Di sisi lain, terinspirasi dari pemblokiran tersebut, Halomoan mengusulkan agar Prabowo selaku Presiden memerintahkan kepada seluruh anggota kabinetnya, para direksi dan komisaris BUMN/BUMD, jika perlu para pejabat di bawahnya yang langsung bersentuhan dengan proyek-proyek, untuk diminta membuat pernyataan yang menyebutkan jumlah rekening yang mereka punya.
“Selanjutnya, Presiden minta PPATK memblokir seluruh rekening tersebut. Jika mereka meminta membuka rekeningnya, maka mereka harus mengisi Link PPATK yang isinya menyatakan alasan minta blokir dibuka, apa dan sumber dana darimana.

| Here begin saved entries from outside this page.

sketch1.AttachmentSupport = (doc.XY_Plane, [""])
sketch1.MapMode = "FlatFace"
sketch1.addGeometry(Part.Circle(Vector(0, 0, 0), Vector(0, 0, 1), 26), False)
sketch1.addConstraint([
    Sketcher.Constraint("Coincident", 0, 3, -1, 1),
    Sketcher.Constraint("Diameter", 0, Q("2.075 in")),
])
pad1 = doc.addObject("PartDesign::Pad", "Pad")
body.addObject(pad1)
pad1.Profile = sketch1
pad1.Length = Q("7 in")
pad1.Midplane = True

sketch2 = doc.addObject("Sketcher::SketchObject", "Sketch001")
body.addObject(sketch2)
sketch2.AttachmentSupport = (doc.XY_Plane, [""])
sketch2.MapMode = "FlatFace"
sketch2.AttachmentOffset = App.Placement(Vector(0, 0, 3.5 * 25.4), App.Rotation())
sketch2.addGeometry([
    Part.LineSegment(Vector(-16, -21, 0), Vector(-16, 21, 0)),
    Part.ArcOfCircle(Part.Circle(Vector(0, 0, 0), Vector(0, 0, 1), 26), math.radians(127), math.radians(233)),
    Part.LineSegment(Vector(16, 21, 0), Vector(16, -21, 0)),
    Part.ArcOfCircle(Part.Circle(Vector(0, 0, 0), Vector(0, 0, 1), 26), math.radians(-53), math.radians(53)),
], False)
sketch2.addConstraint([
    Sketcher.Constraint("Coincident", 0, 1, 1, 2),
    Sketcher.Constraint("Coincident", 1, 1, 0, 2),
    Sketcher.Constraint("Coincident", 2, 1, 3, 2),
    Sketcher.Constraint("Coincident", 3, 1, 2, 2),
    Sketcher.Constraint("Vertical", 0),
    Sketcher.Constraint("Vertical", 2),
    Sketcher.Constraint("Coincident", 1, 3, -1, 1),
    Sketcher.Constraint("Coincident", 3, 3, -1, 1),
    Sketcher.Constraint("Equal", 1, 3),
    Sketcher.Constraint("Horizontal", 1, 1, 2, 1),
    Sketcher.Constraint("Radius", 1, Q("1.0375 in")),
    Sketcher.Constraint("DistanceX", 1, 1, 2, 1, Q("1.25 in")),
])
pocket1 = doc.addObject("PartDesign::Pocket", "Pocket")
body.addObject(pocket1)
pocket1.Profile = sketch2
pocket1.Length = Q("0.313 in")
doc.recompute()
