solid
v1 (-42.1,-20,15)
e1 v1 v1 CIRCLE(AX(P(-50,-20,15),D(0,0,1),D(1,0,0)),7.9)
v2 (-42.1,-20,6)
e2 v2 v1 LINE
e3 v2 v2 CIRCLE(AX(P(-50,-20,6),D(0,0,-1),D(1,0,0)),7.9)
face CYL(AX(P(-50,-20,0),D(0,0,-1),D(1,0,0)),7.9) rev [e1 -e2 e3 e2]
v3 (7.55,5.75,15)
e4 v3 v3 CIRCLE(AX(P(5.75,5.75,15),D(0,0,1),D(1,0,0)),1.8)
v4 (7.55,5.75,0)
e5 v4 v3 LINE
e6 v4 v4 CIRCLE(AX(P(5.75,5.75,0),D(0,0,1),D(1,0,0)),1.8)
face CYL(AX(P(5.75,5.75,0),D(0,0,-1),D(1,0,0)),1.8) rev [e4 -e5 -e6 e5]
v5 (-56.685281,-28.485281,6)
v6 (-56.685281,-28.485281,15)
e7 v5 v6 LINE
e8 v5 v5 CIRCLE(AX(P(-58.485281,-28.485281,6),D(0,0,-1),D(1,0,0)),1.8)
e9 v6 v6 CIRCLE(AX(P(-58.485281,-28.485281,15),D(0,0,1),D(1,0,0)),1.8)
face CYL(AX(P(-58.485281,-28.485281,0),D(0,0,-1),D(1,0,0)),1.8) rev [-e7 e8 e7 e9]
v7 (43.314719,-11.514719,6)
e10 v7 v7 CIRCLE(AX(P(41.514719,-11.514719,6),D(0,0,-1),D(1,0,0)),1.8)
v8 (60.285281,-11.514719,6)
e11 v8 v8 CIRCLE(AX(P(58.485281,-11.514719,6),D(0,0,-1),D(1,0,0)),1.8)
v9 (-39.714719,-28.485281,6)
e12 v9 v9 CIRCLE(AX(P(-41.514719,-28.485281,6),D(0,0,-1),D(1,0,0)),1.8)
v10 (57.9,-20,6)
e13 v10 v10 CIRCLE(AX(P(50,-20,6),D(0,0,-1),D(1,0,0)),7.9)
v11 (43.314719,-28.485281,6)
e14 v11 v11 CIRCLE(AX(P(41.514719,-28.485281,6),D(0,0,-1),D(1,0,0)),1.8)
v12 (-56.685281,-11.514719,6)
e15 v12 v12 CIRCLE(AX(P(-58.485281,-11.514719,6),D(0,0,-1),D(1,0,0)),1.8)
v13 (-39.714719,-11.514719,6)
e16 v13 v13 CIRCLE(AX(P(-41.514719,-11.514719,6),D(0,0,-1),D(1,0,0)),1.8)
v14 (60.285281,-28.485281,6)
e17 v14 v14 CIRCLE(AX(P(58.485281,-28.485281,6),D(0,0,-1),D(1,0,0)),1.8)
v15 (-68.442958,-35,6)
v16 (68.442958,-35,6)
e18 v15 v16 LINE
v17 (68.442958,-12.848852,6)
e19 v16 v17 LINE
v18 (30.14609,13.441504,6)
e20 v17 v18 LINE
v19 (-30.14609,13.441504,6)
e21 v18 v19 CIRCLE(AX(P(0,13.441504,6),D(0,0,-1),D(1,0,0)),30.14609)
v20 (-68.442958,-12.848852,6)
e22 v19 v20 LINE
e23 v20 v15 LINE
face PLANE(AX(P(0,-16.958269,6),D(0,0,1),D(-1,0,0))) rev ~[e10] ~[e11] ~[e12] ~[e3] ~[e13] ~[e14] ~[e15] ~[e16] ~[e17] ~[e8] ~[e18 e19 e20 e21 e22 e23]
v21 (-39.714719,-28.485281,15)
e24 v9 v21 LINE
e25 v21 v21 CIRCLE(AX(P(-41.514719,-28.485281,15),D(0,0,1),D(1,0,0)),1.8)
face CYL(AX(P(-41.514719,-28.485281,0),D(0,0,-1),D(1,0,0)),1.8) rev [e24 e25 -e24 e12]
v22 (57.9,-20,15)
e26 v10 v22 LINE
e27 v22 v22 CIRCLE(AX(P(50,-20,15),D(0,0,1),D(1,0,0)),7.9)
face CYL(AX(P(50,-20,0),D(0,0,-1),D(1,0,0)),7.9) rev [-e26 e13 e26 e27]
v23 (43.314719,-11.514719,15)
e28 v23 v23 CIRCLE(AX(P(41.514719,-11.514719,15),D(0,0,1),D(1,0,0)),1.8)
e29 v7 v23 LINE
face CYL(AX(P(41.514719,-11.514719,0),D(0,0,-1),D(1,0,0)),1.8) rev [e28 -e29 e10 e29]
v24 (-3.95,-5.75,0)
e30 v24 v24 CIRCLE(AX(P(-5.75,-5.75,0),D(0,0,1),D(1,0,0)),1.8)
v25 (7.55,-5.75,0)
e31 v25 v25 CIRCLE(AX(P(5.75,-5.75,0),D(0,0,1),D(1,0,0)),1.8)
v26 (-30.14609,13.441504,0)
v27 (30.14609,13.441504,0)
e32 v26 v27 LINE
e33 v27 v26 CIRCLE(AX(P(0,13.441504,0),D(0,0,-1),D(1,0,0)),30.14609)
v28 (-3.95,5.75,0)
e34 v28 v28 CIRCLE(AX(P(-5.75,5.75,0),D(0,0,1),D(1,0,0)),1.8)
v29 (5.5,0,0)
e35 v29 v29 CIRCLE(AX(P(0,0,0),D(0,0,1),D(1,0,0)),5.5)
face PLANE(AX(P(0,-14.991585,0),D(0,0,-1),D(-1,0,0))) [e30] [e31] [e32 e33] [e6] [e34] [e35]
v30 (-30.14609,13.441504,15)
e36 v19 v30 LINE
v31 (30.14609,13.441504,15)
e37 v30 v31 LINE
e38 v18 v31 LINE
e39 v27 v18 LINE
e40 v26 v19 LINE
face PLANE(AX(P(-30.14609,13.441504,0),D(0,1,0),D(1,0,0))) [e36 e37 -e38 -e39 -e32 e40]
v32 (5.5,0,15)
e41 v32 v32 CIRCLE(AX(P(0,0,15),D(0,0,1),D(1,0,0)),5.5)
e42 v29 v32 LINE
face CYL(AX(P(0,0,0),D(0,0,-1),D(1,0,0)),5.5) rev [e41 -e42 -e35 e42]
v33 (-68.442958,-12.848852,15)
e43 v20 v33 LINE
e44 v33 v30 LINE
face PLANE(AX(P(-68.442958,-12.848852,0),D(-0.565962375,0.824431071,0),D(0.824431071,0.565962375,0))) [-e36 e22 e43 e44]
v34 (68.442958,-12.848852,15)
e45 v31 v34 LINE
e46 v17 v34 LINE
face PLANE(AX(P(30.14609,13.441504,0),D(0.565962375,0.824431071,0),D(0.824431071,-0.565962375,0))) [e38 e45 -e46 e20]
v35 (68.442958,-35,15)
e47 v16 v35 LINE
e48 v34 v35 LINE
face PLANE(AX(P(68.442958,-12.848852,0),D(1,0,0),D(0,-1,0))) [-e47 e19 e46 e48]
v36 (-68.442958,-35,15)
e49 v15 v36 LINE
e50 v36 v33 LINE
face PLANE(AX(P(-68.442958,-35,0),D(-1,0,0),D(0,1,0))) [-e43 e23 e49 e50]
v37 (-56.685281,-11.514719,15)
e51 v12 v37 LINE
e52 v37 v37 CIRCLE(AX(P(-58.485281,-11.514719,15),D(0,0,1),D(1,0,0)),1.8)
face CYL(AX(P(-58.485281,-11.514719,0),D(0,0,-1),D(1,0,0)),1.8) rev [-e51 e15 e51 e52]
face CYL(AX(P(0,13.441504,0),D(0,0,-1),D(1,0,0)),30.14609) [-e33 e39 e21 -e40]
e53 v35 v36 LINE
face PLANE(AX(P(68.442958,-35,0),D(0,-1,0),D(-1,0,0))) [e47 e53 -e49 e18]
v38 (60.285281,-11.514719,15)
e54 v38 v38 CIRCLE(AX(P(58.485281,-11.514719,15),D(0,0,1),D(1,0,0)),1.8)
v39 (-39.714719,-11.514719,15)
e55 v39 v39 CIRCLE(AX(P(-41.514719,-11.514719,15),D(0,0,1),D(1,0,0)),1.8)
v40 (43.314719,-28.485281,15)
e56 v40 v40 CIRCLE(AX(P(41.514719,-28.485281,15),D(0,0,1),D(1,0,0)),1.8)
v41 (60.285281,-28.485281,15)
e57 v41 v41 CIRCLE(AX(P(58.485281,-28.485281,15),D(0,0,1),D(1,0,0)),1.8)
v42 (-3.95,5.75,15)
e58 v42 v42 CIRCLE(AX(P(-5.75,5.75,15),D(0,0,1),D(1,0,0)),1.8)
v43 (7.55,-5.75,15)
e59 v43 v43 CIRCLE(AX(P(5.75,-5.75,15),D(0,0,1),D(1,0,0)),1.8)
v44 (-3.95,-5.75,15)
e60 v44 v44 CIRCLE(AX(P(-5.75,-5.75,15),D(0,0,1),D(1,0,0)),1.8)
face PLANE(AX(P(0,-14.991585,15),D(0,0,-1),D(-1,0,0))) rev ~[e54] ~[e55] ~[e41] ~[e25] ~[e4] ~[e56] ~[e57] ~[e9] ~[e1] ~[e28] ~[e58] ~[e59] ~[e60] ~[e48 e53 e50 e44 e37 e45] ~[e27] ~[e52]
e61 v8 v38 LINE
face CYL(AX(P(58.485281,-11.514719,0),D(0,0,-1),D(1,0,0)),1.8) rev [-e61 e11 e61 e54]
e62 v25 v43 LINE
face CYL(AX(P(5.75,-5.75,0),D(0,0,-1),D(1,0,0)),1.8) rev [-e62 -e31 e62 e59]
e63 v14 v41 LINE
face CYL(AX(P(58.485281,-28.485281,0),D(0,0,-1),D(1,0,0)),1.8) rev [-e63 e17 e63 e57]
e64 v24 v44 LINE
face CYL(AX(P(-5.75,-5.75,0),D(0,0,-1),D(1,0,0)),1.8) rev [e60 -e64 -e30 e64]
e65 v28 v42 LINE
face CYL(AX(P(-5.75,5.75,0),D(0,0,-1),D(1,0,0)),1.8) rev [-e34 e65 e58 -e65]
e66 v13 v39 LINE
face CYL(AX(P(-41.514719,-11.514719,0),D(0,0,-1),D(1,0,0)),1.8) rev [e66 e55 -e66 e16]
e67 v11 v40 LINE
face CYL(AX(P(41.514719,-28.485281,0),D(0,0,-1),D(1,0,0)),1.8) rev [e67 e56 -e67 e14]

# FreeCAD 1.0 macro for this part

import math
import FreeCAD as App
import Part
import Sketcher

V = App.Vector
Q = App.Units.Quantity


def add_polygon(sketch, points):
    """Adds a closed chain of lines whose ends are joined by coincident constraints."""
    first, n = sketch.GeometryCount, len(points)
    for a, b in zip(points, points[1:] + points[:1]):
        sketch.addGeometry(Part.LineSegment(App.Vector(*a, 0), App.Vector(*b, 0)), False)
    for i in range(n):
        sketch.addConstraint(Sketcher.Constraint("Coincident", first + i, 2, first + (i + 1) % n, 1))

doc = App.newDocument("Part")
body = doc.addObject("PartDesign::Body", "Body")

# Sketch on XY plane
sketch1 = body.newObject("Sketcher::SketchObject", "Sketch")
sketch1.AttachmentSupport = (doc.getObject("XY_Plane"), [""])
sketch1.MapMode = "FlatFace"
add_polygon(sketch1, [(-30.14609, 13.441504), (-68.442958, -12.848852), (-68.442958, -35), (68.442958, -35), (68.442958, -12.848852), (30.14609, 13.441504)])  # lines 0-5
sketch1.addGeometry(Part.Circle(V(58.485281, -28.485281, 0), V(0, 0, 1), 1.8), False)  # 6
sketch1.addGeometry(Part.Circle(V(41.514719, -28.485281, 0), V(0, 0, 1), 1.8), False)  # 7
sketch1.addGeometry(Part.Circle(V(50, -20, 0), V(0, 0, 1), 7.9), False)  # 8
sketch1.addGeometry(Part.Circle(V(58.485281, -11.514719, 0), V(0, 0, 1), 1.8), False)  # 9
sketch1.addGeometry(Part.Circle(V(41.514719, -11.514719, 0), V(0, 0, 1), 1.8), False)  # 10
sketch1.addGeometry(Part.Circle(V(-41.514719, -28.485281, 0), V(0, 0, 1), 1.8), False)  # 11
sketch1.addGeometry(Part.Circle(V(-58.485281, -28.485281, 0), V(0, 0, 1), 1.8), False)  # 12
sketch1.addGeometry(Part.Circle(V(-50, -20, 0), V(0, 0, 1), 7.9), False)  # 13
sketch1.addGeometry(Part.Circle(V(-41.514719, -11.514719, 0), V(0, 0, 1), 1.8), False)  # 14
sketch1.addGeometry(Part.Circle(V(-58.485281, -11.514719, 0), V(0, 0, 1), 1.8), False)  # 15
sketch1.addGeometry(Part.Circle(V(5.75, -5.75, 0), V(0, 0, 1), 1.8), False)  # 16
sketch1.addGeometry(Part.Circle(V(5.75, 5.75, 0), V(0, 0, 1), 1.8), False)  # 17
sketch1.addGeometry(Part.Circle(V(-5.75, -5.75, 0), V(0, 0, 1), 1.8), False)  # 18
sketch1.addGeometry(Part.Circle(V(0, 0, 0), V(0, 0, 1), 5.5), False)  # 19
sketch1.addGeometry(Part.Circle(V(-5.75, 5.75, 0), V(0, 0, 1), 1.8), False)  # 20
sketch1.addConstraint([
    Sketcher.Constraint("Vertical", 1),
    Sketcher.Constraint("Horizontal", 2),
    Sketcher.Constraint("Vertical", 3),
    Sketcher.Constraint("Horizontal", 5),
    Sketcher.Constraint("Coincident", 19, 3, -1, 1),
    Sketcher.Constraint("Equal", 6, 7),
    Sketcher.Constraint("Equal", 7, 9),
    Sketcher.Constraint("Equal", 9, 10),
    Sketcher.Constraint("Equal", 10, 11),
    Sketcher.Constraint("Equal", 11, 12),
    Sketcher.Constraint("Equal", 8, 13),
    Sketcher.Constraint("Equal", 12, 14),
    Sketcher.Constraint("Equal", 14, 15),
    Sketcher.Constraint("Equal", 15, 16),
    Sketcher.Constraint("Equal", 16, 17),
    Sketcher.Constraint("Equal", 17, 18),
    Sketcher.Constraint("Equal", 18, 20),
    Sketcher.Constraint("Symmetric", 17, 3, 18, 3, -1, 1),
    Sketcher.Constraint("Symmetric", 16, 3, 20, 3, -1, 1),
    Sketcher.Constraint("Symmetric", 7, 3, 11, 3, -2),
    Sketcher.Constraint("Symmetric", 6, 3, 12, 3, -2),
    Sketcher.Constraint("Symmetric", 8, 3, 13, 3, -2),
    Sketcher.Constraint("Symmetric", 10, 3, 14, 3, -2),
    Sketcher.Constraint("Symmetric", 9, 3, 15, 3, -2),
    Sketcher.Constraint("Symmetric", 16, 3, 18, 3, -2),
    Sketcher.Constraint("Symmetric", 0, 2, 3, 2, -2),
    Sketcher.Constraint("Horizontal", 6, 3, 7, 3),
    Sketcher.Constraint("Horizontal", 9, 3, 10, 3),
    Sketcher.Constraint("Vertical", 6, 3, 9, 3),
    Sketcher.Constraint("Vertical", 7, 3, 10, 3),
    Sketcher.Constraint("Equal", 0, 4),
    Sketcher.Constraint("Diameter", 19, Q("11 mm")),
    Sketcher.Constraint("Diameter", 6, Q("3.6 mm")),
    Sketcher.Constraint("Diameter", 8, Q("15.8 mm")),
    Sketcher.Constraint("DistanceX", -1, 1, 8, 3, Q("50 mm")),
    Sketcher.Constraint("DistanceY", 8, 3, -1, 1, Q("20 mm")),
    Sketcher.Constraint("DistanceY", 1, 2, -1, 1, Q("35 mm")),
    Sketcher.Constraint("DistanceX", 11, 3, 6, 3, Q("100 mm")),
    Sketcher.Constraint("DistanceY", 16, 3, 17, 3, Q("11.5 mm")),
    Sketcher.Constraint("DistanceX", 18, 3, 16, 3, Q("11.5 mm")),
    Sketcher.Constraint("DistanceX", 5, 2, 5, 1, Q("60.29218 mm")),
    Sketcher.Constraint("Distance", 0, Q("46.45248 mm")),
    Sketcher.Constraint("DistanceX", 2, 1, 2, 2, Q("136.885916 mm")),
    Sketcher.Constraint("DistanceY", 1, 2, 1, 1, Q("22.151148 mm")),
    Sketcher.Constraint("DistanceX", -1, 1, 6, 3, Q("58.485281 mm")),
    Sketcher.Constraint("DistanceY", 6, 3, -1, 1, Q("28.485281 mm")),
    Sketcher.Constraint("DistanceY", 9, 3, -1, 1, Q("11.514719 mm")),
])
pad1 = body.newObject("PartDesign::Pad", "Pad")
pad1.Profile = sketch1
pad1.Length = 15

# Sketch on XY plane
sketch2 = body.newObject("Sketcher::SketchObject", "Sketch001")
sketch2.AttachmentSupport = (doc.getObject("XY_Plane"), [""])
sketch2.MapMode = "FlatFace"
sketch2.addGeometry([
    Part.LineSegment(V(-68.442958, -12.848852, 0), V(-30.14609, 13.441504, 0)),  # 0
    Part.ArcOfCircle(Part.Circle(V(0, 13.441504, 0), V(0, 0, 1), 30.14609), math.radians(180), math.radians(360)),  # 1
    Part.LineSegment(V(30.14609, 13.441504, 0), V(68.442958, -12.848852, 0)),  # 2
    Part.LineSegment(V(68.442958, -12.848852, 0), V(68.442958, -35, 0)),  # 3
    Part.LineSegment(V(68.442958, -35, 0), V(-68.442958, -35, 0)),  # 4
    Part.LineSegment(V(-68.442958, -35, 0), V(-68.442958, -12.848852, 0)),  # 5
], False)
sketch2.addConstraint([
    Sketcher.Constraint("Coincident", 0, 2, 1, 1),
    Sketcher.Constraint("Coincident", 1, 2, 2, 1),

Libatkan KPK atau aparat penegak hukum lainnya seperti Kejaksaan Agung dan Polri,” tukasnya.
Link tersebut, lanjut Halomoan, mensyaratkan adanya pernyataan bahwa rekening tersebut tidak digunakan untuk menampung dana hasil tindak pidana, tidak terdapat transaksi tindak pidana, dan tidak terkait tindak pidana pencucian uang (TPPU), misalnya.
“Pun diminta menyebutkan sumber dananya darimana, tujuan penggunaan dana, dan sebagainya,” cetusnya.
Dengan demikian, kata Halomoan, mereka pun akan merasakan seperti yang dirasakan masyarakat yang notabene tidak mendapatkan gaji dari pemerintah, tetapi rekening banknya diblokir, dan jika mau dibuka harus menjelaskan sedimikian rupa.
“Mereka agar merasakan kekesalan masyarakat diperlakukan sewenang-wenang seperti itu,” sesalnya.
Jika Prabowo menggunakan hak prerogratifnya dengan mensyaratkan demikian, menurut Halomoan, hal itu akan membantu mencegah dan memberantas korupsi. “Dengan demikian mereka seolah diminta melakukan pembuktian terbalik seperti yang disuarakan oleh Ahok (mantan Gubernur DKI Jakarta Basuki Tjahaja Purnama, red). Selanjutnya, sita uang mereka dan proses hukum, dan jika memenuhi unsur, maka bawalah ke proses hukum hingga ke persidangan,” tandasnya.